Department of Critical Care, University of Melbourne, Melbourne, Australia.
Intensive Care Unit, Austin Hospital, Melbourne, Australia.
Am J Respir Crit Care Med. 2022 Dec 1;206(11):1353-1360. doi: 10.1164/rccm.202203-0539OC.
Women have worse outcomes than men in several conditions more common in men, including cardiac surgery and burns. To describe the relationship between sex balance within each diagnostic group of ICU admissions, defined as the percentage of patients who were women, and hospital mortality of women compared with men with that same diagnosis. We studied ICU patients in the Australian and New Zealand Intensive Care Society's Adult Patient Database (2011-2020). We performed mixed effects logistic regression for hospital mortality adjusted for sex, illness severity, ICU lead time, admission year, and hospital site. We compared sex balance with the adjusted hospital mortality of women compared with men for each diagnosis using weighted linear regression. There were 1,450,782 admissions (42.1% women), with no difference in the adjusted hospital mortality of women compared with men overall (odds ratio, 0.99; 99% confidence interval [CI], 0.97 to 1). As the percentage of women within each diagnosis increased, the adjusted mortality of women compared with men with that same diagnosis decreased (regression coefficient, -0.015; 99% CI; -0.020 to -0.011; < 0.001), and the illness severity of women compared with men at ICU admission decreased (regression coefficient, -0.0026; 99% CI, -0.0035 to -0.0018; < 0.001). Sex balance in diagnostic groups was inversely associated with both the adjusted mortality and illness severity of women compared with men. In diagnoses with relatively few women, women were more likely than men to die. In diagnoses with fewer men, men were more likely than women to die.

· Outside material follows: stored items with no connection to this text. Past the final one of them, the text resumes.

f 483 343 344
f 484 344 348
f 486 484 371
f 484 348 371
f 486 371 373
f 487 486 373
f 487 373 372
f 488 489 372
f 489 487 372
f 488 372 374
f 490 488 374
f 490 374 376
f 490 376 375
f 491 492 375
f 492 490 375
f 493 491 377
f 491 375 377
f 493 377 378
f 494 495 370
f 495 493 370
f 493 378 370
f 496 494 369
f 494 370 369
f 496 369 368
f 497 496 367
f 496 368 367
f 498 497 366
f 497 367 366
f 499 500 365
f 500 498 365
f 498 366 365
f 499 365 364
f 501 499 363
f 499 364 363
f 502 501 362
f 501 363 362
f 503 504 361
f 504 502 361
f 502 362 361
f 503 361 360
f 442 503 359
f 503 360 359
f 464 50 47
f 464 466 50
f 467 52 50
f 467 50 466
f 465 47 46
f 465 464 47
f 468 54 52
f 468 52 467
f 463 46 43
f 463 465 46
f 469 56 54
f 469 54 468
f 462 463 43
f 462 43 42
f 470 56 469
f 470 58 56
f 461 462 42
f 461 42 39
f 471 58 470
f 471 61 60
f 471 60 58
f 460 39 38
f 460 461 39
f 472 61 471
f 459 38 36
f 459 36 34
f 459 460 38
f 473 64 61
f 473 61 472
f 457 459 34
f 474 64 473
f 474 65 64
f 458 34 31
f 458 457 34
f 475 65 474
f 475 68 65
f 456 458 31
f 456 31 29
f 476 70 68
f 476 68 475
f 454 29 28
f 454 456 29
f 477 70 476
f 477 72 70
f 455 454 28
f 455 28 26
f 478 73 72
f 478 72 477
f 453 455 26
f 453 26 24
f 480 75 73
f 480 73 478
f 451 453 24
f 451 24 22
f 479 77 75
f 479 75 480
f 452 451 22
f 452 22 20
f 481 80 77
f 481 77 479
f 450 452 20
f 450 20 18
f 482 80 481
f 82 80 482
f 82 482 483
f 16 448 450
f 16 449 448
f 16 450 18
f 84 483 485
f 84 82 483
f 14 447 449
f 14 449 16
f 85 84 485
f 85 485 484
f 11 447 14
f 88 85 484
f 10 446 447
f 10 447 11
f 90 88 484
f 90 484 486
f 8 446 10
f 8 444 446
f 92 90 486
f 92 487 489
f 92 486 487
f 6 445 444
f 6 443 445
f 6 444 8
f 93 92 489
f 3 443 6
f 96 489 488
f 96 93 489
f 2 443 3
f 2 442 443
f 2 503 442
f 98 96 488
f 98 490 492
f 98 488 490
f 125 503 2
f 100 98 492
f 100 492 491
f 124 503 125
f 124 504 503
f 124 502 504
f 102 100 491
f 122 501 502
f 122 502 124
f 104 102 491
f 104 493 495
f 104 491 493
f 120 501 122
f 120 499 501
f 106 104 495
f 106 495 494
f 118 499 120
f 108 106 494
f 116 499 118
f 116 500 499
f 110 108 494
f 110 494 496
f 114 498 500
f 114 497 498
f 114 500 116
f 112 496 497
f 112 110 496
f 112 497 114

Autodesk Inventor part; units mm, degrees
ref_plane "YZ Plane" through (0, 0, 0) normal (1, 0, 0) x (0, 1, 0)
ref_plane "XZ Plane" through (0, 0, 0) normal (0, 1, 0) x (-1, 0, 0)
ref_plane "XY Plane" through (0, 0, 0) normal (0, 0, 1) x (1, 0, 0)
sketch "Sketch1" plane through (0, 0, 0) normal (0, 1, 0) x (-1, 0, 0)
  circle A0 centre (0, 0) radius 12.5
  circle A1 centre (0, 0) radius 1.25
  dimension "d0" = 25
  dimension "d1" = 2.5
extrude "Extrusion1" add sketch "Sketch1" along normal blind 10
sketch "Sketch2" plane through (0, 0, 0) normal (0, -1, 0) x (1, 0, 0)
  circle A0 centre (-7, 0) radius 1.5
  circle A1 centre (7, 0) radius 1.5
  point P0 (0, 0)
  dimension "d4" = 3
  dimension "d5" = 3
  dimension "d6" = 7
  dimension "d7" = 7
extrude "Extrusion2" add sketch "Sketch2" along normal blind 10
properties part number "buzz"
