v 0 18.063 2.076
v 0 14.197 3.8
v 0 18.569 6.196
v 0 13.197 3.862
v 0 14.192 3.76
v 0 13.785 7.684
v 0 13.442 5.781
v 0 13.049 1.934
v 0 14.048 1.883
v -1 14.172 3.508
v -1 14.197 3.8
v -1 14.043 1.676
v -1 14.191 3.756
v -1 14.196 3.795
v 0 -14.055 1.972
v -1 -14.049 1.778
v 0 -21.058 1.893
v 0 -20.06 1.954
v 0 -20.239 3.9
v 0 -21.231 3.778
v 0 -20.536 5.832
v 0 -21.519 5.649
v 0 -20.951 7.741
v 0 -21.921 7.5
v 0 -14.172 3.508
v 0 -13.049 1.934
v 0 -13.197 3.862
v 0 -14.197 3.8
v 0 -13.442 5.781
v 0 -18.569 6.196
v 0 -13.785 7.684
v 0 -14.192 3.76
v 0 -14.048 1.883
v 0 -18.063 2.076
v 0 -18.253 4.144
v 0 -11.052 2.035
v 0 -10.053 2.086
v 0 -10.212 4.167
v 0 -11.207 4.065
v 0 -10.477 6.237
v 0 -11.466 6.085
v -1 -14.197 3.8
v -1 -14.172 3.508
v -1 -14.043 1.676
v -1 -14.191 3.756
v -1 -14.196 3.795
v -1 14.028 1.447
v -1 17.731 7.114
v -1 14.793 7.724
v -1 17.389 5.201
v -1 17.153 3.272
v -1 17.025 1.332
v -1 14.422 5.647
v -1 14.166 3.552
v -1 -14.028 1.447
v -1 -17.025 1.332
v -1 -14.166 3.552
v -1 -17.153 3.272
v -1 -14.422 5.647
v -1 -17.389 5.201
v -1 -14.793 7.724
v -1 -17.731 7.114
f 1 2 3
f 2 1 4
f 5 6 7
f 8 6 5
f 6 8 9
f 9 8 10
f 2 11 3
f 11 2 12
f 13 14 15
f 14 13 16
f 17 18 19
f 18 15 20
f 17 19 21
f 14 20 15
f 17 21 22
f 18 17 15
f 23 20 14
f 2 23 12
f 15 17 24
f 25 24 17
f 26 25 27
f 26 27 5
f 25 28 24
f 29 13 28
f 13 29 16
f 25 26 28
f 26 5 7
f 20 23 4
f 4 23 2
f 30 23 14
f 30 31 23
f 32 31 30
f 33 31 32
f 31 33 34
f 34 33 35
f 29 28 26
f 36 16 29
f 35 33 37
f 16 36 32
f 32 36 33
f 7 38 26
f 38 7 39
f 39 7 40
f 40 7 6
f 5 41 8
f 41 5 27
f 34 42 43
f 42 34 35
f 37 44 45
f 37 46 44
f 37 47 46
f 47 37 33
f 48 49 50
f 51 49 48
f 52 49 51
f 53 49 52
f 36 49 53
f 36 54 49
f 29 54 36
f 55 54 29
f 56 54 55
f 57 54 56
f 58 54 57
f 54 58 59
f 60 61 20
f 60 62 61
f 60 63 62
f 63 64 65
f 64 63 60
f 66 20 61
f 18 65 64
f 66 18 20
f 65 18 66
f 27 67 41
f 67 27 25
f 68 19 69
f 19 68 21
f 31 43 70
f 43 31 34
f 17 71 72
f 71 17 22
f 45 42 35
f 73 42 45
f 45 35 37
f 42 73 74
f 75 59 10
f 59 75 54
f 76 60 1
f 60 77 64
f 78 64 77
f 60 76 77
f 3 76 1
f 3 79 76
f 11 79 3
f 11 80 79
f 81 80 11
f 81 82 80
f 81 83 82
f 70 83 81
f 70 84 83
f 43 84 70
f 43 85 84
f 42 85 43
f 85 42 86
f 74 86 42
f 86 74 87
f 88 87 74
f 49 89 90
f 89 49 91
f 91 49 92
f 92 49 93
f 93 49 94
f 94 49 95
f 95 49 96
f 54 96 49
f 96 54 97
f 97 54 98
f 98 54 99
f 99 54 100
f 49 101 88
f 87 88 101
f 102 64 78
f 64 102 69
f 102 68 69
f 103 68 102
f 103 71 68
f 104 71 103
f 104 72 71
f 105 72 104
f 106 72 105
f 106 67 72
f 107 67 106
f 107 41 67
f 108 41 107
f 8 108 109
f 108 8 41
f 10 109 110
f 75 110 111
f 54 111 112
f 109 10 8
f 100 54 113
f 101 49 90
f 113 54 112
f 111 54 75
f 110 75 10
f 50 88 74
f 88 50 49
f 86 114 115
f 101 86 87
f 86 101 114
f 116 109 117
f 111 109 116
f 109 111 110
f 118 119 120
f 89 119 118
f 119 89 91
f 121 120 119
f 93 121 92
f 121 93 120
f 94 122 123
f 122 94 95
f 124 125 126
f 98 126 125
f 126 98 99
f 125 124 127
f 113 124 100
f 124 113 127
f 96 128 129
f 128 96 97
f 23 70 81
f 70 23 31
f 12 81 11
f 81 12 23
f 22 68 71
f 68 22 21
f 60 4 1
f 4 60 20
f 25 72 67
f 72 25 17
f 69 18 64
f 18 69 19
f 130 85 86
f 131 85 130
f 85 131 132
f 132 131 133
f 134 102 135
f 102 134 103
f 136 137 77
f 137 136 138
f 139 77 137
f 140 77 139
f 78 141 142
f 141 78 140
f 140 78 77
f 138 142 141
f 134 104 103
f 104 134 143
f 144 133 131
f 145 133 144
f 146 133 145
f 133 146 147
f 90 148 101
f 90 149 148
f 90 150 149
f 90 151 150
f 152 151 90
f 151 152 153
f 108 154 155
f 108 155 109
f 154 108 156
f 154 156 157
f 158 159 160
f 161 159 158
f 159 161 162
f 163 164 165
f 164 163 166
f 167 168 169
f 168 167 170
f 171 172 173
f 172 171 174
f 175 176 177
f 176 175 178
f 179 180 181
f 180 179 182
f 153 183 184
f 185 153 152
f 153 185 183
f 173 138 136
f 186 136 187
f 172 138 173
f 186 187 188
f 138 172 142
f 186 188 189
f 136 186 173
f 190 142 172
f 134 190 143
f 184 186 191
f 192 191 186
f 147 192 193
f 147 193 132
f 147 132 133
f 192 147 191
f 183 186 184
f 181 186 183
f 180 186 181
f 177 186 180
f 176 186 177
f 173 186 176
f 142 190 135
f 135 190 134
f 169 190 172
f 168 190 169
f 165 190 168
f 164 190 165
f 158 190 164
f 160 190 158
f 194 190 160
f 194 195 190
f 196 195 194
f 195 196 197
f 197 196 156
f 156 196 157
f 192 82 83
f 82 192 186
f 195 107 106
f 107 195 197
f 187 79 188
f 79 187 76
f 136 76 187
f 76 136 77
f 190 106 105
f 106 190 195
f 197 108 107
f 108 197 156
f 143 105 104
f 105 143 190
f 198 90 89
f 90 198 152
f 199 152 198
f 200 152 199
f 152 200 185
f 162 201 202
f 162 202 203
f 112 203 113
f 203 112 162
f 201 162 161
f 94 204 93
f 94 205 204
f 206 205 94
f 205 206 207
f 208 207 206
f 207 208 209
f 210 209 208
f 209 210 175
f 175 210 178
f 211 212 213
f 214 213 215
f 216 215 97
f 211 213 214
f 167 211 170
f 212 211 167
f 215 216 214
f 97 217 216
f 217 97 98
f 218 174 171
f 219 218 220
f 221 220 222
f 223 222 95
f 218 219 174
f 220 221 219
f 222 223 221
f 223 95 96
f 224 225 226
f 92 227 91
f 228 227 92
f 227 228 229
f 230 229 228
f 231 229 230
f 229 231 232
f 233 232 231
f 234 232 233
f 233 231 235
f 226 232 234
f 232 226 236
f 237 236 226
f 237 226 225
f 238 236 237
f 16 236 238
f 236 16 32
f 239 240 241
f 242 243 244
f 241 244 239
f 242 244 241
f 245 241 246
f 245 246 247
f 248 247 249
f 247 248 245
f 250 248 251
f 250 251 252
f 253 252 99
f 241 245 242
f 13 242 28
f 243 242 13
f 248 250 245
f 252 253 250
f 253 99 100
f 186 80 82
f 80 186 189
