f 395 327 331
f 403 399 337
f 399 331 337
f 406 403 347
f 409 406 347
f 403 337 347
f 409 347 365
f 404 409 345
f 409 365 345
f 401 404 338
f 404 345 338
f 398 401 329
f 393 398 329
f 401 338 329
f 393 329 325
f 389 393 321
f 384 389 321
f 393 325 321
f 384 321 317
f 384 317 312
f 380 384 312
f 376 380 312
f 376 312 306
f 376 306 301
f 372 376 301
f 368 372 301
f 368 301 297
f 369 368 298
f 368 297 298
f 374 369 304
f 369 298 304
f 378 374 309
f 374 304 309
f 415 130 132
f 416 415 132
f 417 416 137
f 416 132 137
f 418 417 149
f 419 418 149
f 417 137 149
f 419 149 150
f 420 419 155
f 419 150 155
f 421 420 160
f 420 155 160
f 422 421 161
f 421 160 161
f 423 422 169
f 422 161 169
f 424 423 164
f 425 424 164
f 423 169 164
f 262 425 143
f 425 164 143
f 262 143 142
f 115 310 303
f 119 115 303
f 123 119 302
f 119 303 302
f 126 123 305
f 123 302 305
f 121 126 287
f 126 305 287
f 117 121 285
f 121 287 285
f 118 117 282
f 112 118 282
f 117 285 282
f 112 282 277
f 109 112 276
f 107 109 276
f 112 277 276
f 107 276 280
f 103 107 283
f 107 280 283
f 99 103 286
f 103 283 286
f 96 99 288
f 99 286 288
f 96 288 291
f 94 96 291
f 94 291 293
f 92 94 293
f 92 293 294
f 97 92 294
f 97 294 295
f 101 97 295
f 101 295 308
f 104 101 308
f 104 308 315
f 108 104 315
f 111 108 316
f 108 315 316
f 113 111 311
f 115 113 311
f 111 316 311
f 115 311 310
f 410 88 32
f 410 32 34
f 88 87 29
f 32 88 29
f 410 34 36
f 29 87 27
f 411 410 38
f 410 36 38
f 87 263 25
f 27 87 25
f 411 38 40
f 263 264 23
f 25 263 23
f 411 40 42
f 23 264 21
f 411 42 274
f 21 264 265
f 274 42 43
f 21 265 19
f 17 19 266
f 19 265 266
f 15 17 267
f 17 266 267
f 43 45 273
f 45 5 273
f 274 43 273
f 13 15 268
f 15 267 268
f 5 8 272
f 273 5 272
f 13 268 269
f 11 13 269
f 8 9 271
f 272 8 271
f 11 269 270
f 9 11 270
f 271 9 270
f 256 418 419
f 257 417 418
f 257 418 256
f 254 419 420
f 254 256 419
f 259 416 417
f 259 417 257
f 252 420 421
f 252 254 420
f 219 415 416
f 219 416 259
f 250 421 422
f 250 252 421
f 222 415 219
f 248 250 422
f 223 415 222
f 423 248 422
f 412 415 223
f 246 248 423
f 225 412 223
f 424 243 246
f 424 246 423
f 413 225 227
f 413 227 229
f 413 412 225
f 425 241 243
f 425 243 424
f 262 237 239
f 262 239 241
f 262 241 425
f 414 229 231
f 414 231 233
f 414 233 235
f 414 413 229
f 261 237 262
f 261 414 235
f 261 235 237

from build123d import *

在一些男性更常见的病症中,女性的预后比男性差,包括心脏手术和烧伤。为了描述 ICU 入院每个诊断组内的性别平衡情况,定义为女性患者的百分比,并将女性与同诊断男性患者的住院死亡率进行比较。我们研究了澳大利亚和新西兰重症监护学会成人患者数据库中的 ICU 患者(2011-2020 年)。我们对性别、疾病严重程度、ICU 启动时间、入院年份和医院地点进行了调整,使用混合效应逻辑回归对住院死亡率进行了分析。我们对性别平衡与女性与男性相比的调整后住院死亡率进行了比较,使用加权线性回归对每个诊断进行了分析。共有 1450782 例入院(42.1%为女性),女性与男性的调整后住院死亡率无差异(比值比,0.99;99%置信区间[CI],0.97 至 1)。随着每个诊断中女性比例的增加,女性与同诊断男性相比的调整死亡率降低(回归系数,-0.015;99%CI;-0.020 至-0.011; < 0.001),女性与男性相比在 ICU 入院时的疾病严重程度也降低(回归系数,-0.0026;99%CI,-0.0035 至-0.0018; < 0.001)。诊断组内的性别平衡与女性与男性相比的调整死亡率和疾病严重程度呈负相关。在女性患者相对较少的诊断中,女性比男性更有可能死亡。在男性患者较少的诊断中,男性比女性更有可能死亡。